Today, his legacy shapes everything about the rum industry in Panama. The two great traditions that define the country come together in his work. Spanish patience from the heritage of Varela Hermanos and the colonial era, and Cuban precision from the techniques he carried with him across the Caribbean. Panama is a premium rum producing country in large part because Don Pancho decided to make it one.

This is also why Panama has become such a compelling destination for rum cask investment. The combination of world class distilling heritage, exceptional sugarcane, and a tropical climate that accelerates rum maturation creates conditions that are genuinely difficult to replicate anywhere else. For collectors and investors looking at rum as an alternative investment, the provenance and craftsmanship behind Panamanian rum are a major part of its appeal.
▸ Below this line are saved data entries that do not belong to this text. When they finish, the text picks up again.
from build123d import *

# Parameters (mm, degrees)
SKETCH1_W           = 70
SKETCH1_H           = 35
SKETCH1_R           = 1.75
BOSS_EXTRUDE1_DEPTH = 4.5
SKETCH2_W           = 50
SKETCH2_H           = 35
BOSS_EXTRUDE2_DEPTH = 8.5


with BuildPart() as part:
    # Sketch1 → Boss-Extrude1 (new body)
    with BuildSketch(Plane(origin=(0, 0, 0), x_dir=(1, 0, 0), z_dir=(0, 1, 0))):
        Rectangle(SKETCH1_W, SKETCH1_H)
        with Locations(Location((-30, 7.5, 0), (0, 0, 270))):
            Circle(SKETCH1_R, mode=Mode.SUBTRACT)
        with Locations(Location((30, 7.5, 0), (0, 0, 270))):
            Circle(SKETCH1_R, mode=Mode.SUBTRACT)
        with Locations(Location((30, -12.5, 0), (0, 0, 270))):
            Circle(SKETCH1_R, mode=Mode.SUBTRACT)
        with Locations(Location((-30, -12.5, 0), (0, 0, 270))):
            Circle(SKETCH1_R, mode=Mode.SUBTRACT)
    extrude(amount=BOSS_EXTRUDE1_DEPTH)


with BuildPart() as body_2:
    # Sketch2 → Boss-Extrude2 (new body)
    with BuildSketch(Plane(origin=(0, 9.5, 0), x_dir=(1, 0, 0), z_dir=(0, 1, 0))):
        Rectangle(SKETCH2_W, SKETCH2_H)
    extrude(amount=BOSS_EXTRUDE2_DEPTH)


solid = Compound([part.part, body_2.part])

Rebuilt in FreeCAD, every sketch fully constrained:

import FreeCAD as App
import Part
import Sketcher

V = App.Vector

doc = App.newDocument("Part")
body = doc.addObject("PartDesign::Body", "Body")

sketch1 = body.newObject("Sketcher::SketchObject", "Sketch")
sketch1.AttachmentSupport = (doc.getObject("XZ_Plane"), [""])
sketch1.MapMode = "FlatFace"
sketch1.addGeometry([
    Part.LineSegment(V(-35, -17.5, 0), V(-35, 17.5, 0)),
    Part.LineSegment(V(-35, 17.5, 0), V(35, 17.5, 0)),
    Part.LineSegment(V(35, 17.5, 0), V(35, -17.5, 0)),
    Part.LineSegment(V(35, -17.5, 0), V(-35, -17.5, 0)),
    Part.Circle(V(-30, 12.5, 0), V(0, 0, 1), 1.8),
    Part.Circle(V(30, 12.5, 0), V(0, 0, 1), 1.8),
    Part.Circle(V(-30, -7.5, 0), V(0, 0, 1), 1.8),
    Part.Circle(V(30, -7.5, 0), V(0, 0, 1), 1.8),
], False)
sketch1.addConstraint([
    Sketcher.Constraint("Coincident", 0, 2, 1, 1),
    Sketcher.Constraint("Coincident", 1, 2, 2, 1),
    Sketcher.Constraint("Coincident", 2, 2, 3, 1),
    Sketcher.Constraint("Coincident", 3, 2, 0, 1),
    Sketcher.Constraint("Vertical", 0),
    Sketcher.Constraint("Horizontal", 1),
    Sketcher.Constraint("Vertical", 2),
    Sketcher.Constraint("Horizontal", 3),
    Sketcher.Constraint("Equal", 4, 5),
    Sketcher.Constraint("Equal", 5, 6),
    Sketcher.Constraint("Equal", 6, 7),
    Sketcher.Constraint("Symmetric", 0, 2, 2, 2, -1, 1),
    Sketcher.Constraint("Symmetric", 4, 3, 5, 3, -2),
    Sketcher.Constraint("Symmetric", 6, 3, 7, 3, -2),
    Sketcher.Constraint("Vertical", 4, 3, 6, 3),
    Sketcher.Constraint("Diameter", 4, 3.5),
    Sketcher.Constraint("DistanceX", 1, 1, 1, 2, 70.0),
    Sketcher.Constraint("DistanceY", 0, 1, 0, 2, 35.0),
    Sketcher.Constraint("DistanceX", 4, 3, -1, 1, 30.0),
    Sketcher.Constraint("DistanceY", 6, 3, 4, 3, 20.0),
    Sketcher.Constraint("DistanceY", 4, 3, 0, 2, 5.0),
])
pad1 = body.newObject("PartDesign::Pad", "Pad")
pad1.Profile = sketch1
pad1.Length = 4.5
pad1.Reversed = True
body2 = doc.addObject("PartDesign::Body", "Body001")

sketch2 = body2.newObject("Sketcher::SketchObject", "Sketch001")
sketch2.AttachmentSupport = (doc.getObject("XZ_Plane001"), [""])
sketch2.MapMode = "FlatFace"
sketch2.AttachmentOffset = App.Placement(V(0, 0, -9.5), App.Rotation())
sketch2.addGeometry([
    Part.LineSegment(V(-25, -18, 0), V(-25, 18, 0)),
    Part.LineSegment(V(-25, 18, 0), V(25, 18, 0)),
    Part.LineSegment(V(25, 18, 0), V(25, -18, 0)),
    Part.LineSegment(V(25, -18, 0), V(-25, -18, 0)),
], False)
sketch2.addConstraint([
    Sketcher.Constraint("Coincident", 0, 2, 1, 1),
    Sketcher.Constraint("Coincident", 1, 2, 2, 1),
    Sketcher.Constraint("Coincident", 2, 2, 3, 1),
    Sketcher.Constraint("Coincident", 3, 2, 0, 1),
    Sketcher.Constraint("Vertical", 0),
    Sketcher.Constraint("Horizontal", 1),
    Sketcher.Constraint("Vertical", 2),
    Sketcher.Constraint("Horizontal", 3),
    Sketcher.Constraint("Symmetric", 0, 2, 2, 2, -1, 1),
    Sketcher.Constraint("DistanceX", 1, 1, 1, 2, 50.0),
    Sketcher.Constraint("DistanceY", 0, 1, 0, 2, 35.0),
])
pad2 = body2.newObject("PartDesign::Pad", "Pad001")
pad2.Profile = sketch2
pad2.Length = 8.5
pad2.Reversed = True

doc.recompute()
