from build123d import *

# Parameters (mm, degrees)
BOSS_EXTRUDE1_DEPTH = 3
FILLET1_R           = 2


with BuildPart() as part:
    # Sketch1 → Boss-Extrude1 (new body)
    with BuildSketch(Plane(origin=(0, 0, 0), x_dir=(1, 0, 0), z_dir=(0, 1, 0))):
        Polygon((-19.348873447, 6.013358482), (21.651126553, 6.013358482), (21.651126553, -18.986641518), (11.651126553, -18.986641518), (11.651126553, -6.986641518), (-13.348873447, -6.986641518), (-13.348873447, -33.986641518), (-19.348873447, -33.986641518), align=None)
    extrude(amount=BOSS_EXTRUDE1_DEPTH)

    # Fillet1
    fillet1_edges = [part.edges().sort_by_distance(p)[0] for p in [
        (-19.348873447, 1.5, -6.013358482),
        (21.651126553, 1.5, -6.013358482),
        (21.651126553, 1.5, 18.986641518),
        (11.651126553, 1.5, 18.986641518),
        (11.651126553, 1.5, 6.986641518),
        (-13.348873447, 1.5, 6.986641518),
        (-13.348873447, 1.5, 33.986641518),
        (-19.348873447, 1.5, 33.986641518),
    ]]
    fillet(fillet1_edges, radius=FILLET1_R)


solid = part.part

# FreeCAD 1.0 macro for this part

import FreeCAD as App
import Part
import Sketcher
from FreeCAD import Vector
Q = App.Units.Quantity


def edges_at(feature, points):
    """Names of the edges that pass closest to the given points."""
    edges = feature.Shape.Edges
    near = lambda p: min(range(len(edges)), key=lambda i: edges[i].distToShape(Part.Vertex(*p))[0])
    return sorted({f"Edge{near(p) + 1}" for p in points})


def add_polygon(sketch, points):
    """Adds a closed chain of lines whose ends are joined by coincident constraints."""
    first, n = sketch.GeometryCount, len(points)
    for a, b in zip(points, points[1:] + points[:1]):
        sketch.addGeometry(Part.LineSegment(App.Vector(*a, 0), App.Vector(*b, 0)), False)
    for i in range(n):
        sketch.addConstraint(Sketcher.Constraint("Coincident", first + i, 2, first + (i + 1) % n, 1))

doc = App.newDocument("Part")
params = doc.addObject("Spreadsheet::Sheet", "Params")
for row, (alias, value) in enumerate([
    ("sketch1_width", "41 mm"),
    ("sketch1_width2", "6 mm"),
    ("sketch1_width3", "25 mm"),
    ("sketch1_height", "40 mm"),
    ("sketch1_height2", "27 mm"),
    ("pad1_length", "3 mm"),
    ("fillet_radius", "2 mm"),
], start=1):
    params.set(f"A{row}", alias)
    params.set(f"B{row}", "=" + value)
    params.setAlias(f"B{row}", alias)

body = doc.addObject("PartDesign::Body", "Body")

# Sketch on XZ plane
sketch1 = doc.addObject("Sketcher::SketchObject", "Sketch")
body.addObject(sketch1)
sketch1.AttachmentSupport = (doc.XZ_Plane, [""])
sketch1.MapMode = "FlatFace"
add_polygon(sketch1, [(22, -6), (-19, -6), (-19, 34), (-13, 34), (-13, 7), (12, 7), (12, 19), (22, 19)])  # lines 0-7
sketch1.addConstraint([
    Sketcher.Constraint("Horizontal", 0),
    Sketcher.Constraint("Vertical", 1),
    Sketcher.Constraint("Horizontal", 2),
    Sketcher.Constraint("Vertical", 3),
    Sketcher.Constraint("Horizontal", 4),
    Sketcher.Constraint("Vertical", 5),
    Sketcher.Constraint("Horizontal", 6),
    Sketcher.Constraint("Vertical", 7),
    Sketcher.Constraint("Equal", 4, 7),
    Sketcher.Constraint("DistanceX", 0, 2, 0, 1, Q("41 mm")),
    Sketcher.Constraint("DistanceX", 2, 1, 2, 2, Q("6 mm")),
    Sketcher.Constraint("DistanceX", 4, 1, 4, 2, Q("25 mm")),
    Sketcher.Constraint("DistanceY", 1, 1, 1, 2, Q("40 mm")),
    Sketcher.Constraint("DistanceY", 3, 2, 3, 1, Q("27 mm")),
    Sketcher.Constraint("DistanceY", 0, 2, -1, 1, Q("6.013358 mm")),
    Sketcher.Constraint("DistanceX", 0, 2, -1, 1, Q("19.348873 mm")),
])
sketch1.setExpression("Constraints[17]", "Params.sketch1_width")
sketch1.setExpression("Constraints[18]", "Params.sketch1_width2")
sketch1.setExpression("Constraints[19]", "Params.sketch1_width3")
sketch1.setExpression("Constraints[20]", "Params.sketch1_height")
sketch1.setExpression("Constraints[21]", "Params.sketch1_height2")
pad1 = doc.addObject("PartDesign::Pad", "Pad")
body.addObject(pad1)
pad1.Profile = sketch1
pad1.setExpression("Length", "Params.pad1_length")
pad1.Reversed = True
doc.recompute()

fillet = doc.addObject("PartDesign::Fillet", "Fillet")
body.addObject(fillet)
fillet.Base = (pad1, edges_at(pad1, [
    (-19.349, 1.5, -6.013),
    (21.651, 1.5, -6.013),
    (21.651, 1.5, 18.987),
    (11.651, 1.5, 18.987),
    (11.651, 1.5, 6.987),
    (-13.349, 1.5, 6.987),
    (-13.349, 1.5, 33.987),
    (-19.349, 1.5, 33.987),
]))
fillet.setExpression("Radius", "Params.fillet_radius")

doc.recompute()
At Canal Cask, we work in the same region where Don Pancho built his legacy. Our bonded warehouse sits in the Zona Franca Las Cabras, in Pese, Herrera Province. The rum maturing in our casks is shaped by the same volcanic soil, the same equatorial heat, and the same traditions that Don Pancho spent a lifetime perfecting. When you invest in a rum cask from Panama, you are not just buying a barrel of liquid. You are holding a piece of that story.

Whether you are a rum collector, a spirits enthusiast, or someone exploring rum cask ownership as a way to diversify your portfolio, understanding the heritage behind the spirit is essential. Don Pancho did not just make rum. He set the standard for what Panamanian rum could be. And every cask that matures in this region carries his influence, whether it bears his name or not.